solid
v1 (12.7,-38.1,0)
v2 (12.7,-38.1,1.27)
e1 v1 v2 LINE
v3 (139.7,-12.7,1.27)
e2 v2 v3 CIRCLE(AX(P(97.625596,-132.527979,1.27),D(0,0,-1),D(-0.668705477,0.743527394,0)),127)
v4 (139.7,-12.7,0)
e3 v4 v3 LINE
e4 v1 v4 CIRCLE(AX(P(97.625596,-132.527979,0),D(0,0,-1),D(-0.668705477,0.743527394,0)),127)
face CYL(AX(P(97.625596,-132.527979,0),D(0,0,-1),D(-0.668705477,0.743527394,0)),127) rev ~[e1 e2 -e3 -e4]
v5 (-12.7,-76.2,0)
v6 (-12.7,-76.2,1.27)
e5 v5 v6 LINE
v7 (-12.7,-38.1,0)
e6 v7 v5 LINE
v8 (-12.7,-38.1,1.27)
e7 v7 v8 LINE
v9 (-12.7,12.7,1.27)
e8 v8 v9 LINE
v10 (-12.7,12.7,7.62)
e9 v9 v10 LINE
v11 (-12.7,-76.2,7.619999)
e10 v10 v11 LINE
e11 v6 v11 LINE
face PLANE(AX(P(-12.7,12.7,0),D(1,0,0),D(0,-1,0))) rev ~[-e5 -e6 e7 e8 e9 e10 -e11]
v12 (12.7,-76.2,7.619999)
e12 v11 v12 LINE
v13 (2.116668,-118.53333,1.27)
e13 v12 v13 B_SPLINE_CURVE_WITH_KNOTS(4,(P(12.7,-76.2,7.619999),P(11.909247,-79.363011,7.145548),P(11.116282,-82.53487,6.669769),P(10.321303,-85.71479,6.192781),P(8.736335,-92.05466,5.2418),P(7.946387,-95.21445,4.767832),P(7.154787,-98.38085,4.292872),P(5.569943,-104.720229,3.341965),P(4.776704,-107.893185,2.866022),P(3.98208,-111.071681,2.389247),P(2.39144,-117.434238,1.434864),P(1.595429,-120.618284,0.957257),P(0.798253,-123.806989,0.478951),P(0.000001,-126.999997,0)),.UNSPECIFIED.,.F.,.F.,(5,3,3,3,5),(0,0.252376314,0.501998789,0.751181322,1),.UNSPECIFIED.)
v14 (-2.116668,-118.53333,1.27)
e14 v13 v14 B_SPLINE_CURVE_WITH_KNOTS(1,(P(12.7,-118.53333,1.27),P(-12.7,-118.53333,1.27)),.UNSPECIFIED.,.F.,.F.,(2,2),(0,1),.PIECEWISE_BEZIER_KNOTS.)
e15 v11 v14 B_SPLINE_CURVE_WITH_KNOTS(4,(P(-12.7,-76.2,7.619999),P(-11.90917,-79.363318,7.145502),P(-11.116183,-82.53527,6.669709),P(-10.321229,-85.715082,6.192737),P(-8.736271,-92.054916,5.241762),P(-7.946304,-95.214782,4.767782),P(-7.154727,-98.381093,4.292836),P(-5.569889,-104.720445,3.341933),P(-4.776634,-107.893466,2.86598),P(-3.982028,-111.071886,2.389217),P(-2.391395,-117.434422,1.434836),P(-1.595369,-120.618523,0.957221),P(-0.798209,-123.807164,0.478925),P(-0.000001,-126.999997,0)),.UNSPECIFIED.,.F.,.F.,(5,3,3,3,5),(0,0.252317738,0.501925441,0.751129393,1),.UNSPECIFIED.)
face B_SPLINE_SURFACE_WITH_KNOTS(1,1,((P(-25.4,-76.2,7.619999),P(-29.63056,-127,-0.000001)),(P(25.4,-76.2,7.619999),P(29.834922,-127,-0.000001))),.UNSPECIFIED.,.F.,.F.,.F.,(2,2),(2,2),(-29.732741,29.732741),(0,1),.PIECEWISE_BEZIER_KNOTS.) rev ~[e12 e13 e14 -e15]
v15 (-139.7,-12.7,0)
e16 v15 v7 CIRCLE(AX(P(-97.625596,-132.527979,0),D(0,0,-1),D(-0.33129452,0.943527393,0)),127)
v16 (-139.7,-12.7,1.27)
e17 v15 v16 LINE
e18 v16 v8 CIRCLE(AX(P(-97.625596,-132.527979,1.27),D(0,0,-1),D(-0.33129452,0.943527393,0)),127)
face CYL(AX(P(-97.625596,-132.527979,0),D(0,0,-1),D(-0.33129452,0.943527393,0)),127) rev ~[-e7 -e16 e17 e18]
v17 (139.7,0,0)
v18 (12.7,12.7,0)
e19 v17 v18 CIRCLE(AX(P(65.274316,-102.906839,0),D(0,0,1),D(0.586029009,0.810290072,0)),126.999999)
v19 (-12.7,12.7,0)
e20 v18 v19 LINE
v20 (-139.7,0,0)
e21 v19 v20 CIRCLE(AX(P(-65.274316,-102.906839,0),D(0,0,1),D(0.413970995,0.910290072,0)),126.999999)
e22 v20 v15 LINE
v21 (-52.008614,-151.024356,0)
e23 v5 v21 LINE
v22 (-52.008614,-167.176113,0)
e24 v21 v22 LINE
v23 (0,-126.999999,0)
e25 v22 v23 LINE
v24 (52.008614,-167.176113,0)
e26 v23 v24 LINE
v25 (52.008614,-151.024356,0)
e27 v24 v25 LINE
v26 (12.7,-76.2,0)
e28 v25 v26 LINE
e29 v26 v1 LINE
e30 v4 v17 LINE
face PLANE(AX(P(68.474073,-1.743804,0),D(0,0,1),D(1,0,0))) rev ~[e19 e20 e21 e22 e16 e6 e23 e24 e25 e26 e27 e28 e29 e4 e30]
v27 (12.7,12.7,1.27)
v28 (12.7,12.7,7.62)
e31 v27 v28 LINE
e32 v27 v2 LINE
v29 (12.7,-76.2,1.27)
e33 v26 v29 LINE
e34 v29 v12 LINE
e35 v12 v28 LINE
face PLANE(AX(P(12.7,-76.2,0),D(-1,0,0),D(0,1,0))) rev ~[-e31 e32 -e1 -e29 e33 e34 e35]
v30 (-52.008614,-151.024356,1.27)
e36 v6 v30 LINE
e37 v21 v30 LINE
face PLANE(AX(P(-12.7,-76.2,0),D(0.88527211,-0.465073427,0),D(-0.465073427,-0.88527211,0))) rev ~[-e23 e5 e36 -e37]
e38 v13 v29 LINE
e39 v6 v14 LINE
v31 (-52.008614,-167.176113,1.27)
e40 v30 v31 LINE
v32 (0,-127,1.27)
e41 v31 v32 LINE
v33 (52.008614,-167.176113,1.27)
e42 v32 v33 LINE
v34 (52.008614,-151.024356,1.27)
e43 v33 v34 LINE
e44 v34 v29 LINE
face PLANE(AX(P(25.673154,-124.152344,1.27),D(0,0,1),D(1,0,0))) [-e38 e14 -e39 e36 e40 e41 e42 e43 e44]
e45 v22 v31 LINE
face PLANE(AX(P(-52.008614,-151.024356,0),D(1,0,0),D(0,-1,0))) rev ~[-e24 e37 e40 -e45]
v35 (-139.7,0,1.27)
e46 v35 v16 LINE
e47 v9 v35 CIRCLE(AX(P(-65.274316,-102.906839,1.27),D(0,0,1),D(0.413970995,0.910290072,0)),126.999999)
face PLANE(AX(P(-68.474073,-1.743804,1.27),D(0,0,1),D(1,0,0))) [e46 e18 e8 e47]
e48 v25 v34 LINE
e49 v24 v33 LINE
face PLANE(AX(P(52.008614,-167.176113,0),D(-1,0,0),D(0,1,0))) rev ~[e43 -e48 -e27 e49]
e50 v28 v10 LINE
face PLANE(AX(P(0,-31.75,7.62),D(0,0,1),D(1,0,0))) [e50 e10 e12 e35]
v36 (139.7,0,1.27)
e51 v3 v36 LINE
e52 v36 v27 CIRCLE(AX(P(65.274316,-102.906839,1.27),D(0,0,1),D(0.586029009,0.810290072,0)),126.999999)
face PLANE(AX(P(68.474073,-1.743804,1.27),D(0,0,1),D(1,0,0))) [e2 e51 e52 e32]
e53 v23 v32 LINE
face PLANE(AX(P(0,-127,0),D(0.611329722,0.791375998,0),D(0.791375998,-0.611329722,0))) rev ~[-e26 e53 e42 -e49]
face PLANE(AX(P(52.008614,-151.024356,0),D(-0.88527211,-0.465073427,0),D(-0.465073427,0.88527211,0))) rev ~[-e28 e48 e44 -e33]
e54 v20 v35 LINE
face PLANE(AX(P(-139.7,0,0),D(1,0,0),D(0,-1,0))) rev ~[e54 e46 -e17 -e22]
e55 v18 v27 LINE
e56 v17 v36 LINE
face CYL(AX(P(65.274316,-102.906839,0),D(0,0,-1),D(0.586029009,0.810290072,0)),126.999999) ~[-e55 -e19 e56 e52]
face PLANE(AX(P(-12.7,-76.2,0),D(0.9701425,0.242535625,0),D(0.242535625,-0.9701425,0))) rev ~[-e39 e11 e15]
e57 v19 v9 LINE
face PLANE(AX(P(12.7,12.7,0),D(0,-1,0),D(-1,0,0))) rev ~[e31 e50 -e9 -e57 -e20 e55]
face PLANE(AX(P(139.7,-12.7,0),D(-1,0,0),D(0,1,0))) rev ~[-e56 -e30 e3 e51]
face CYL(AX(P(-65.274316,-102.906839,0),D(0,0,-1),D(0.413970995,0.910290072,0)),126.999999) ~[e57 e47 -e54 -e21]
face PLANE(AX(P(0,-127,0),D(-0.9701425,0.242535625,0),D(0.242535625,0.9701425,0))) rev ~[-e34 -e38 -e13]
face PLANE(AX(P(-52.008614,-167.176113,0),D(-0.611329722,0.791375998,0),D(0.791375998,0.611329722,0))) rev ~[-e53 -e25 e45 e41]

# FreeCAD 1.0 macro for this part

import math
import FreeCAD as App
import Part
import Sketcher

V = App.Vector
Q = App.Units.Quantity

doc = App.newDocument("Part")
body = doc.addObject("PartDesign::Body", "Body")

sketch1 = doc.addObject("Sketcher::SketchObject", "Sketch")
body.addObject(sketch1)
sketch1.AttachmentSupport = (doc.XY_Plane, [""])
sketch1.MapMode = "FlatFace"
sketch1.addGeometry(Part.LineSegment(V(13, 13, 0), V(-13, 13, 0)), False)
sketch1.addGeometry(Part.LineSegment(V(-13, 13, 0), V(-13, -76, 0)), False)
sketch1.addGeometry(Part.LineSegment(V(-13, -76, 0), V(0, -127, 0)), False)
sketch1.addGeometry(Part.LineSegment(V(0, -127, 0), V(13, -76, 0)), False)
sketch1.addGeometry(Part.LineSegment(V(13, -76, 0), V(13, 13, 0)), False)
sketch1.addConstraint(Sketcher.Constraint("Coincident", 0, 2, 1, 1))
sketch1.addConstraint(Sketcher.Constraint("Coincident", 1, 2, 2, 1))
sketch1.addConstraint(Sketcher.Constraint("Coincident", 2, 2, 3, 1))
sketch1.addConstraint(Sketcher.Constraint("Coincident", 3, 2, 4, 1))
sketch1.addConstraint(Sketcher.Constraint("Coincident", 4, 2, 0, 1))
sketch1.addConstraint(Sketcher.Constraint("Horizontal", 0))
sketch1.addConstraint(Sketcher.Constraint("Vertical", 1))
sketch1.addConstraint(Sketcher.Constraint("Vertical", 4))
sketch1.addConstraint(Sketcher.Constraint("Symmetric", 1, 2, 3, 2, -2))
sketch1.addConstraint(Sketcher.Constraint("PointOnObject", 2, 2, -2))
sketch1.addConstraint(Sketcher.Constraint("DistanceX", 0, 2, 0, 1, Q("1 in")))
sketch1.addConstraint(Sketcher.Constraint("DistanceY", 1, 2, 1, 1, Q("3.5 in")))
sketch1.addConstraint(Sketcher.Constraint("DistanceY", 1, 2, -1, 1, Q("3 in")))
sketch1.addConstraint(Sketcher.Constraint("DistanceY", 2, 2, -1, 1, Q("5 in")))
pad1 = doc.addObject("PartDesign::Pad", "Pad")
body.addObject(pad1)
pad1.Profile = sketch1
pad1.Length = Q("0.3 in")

────────────────────

**Exercise objective**
Go through the records from the first line and copy each one exactly, ending after the line that contains "e14 v13 v14". Give nothing else.

**Response**
solid
v1 (12.7,-38.1,0)
v2 (12.7,-38.1,1.27)
e1 v1 v2 LINE
v3 (139.7,-12.7,1.27)
e2 v2 v3 CIRCLE(AX(P(97.625596,-132.527979,1.27),D(0,0,-1),D(-0.668705477,0.743527394,0)),127)
v4 (139.7,-12.7,0)
e3 v4 v3 LINE
e4 v1 v4 CIRCLE(AX(P(97.625596,-132.527979,0),D(0,0,-1),D(-0.668705477,0.743527394,0)),127)
face CYL(AX(P(97.625596,-132.527979,0),D(0,0,-1),D(-0.668705477,0.743527394,0)),127) rev ~[e1 e2 -e3 -e4]
v5 (-12.7,-76.2,0)
v6 (-12.7,-76.2,1.27)
e5 v5 v6 LINE
v7 (-12.7,-38.1,0)
e6 v7 v5 LINE
v8 (-12.7,-38.1,1.27)
e7 v7 v8 LINE
v9 (-12.7,12.7,1.27)
e8 v8 v9 LINE
v10 (-12.7,12.7,7.62)
e9 v9 v10 LINE
v11 (-12.7,-76.2,7.619999)
e10 v10 v11 LINE
e11 v6 v11 LINE
face PLANE(AX(P(-12.7,12.7,0),D(1,0,0),D(0,-1,0))) rev ~[-e5 -e6 e7 e8 e9 e10 -e11]
v12 (12.7,-76.2,7.619999)
e12 v11 v12 LINE
v13 (2.116668,-118.53333,1.27)
e13 v12 v13 B_SPLINE_CURVE_WITH_KNOTS(4,(P(12.7,-76.2,7.619999),P(11.909247,-79.363011,7.145548),P(11.116282,-82.53487,6.669769),P(10.321303,-85.71479,6.192781),P(8.736335,-92.05466,5.2418),P(7.946387,-95.21445,4.767832),P(7.154787,-98.38085,4.292872),P(5.569943,-104.720229,3.341965),P(4.776704,-107.893185,2.866022),P(3.98208,-111.071681,2.389247),P(2.39144,-117.434238,1.434864),P(1.595429,-120.618284,0.957257),P(0.798253,-123.806989,0.478951),P(0.000001,-126.999997,0)),.UNSPECIFIED.,.F.,.F.,(5,3,3,3,5),(0,0.252376314,0.501998789,0.751181322,1),.UNSPECIFIED.)
v14 (-2.116668,-118.53333,1.27)
e14 v13 v14 B_SPLINE_CURVE_WITH_KNOTS(1,(P(12.7,-118.53333,1.27),P(-12.7,-118.53333,1.27)),.UNSPECIFIED.,.F.,.F.,(2,2),(0,1),.PIECEWISE_BEZIER_KNOTS.)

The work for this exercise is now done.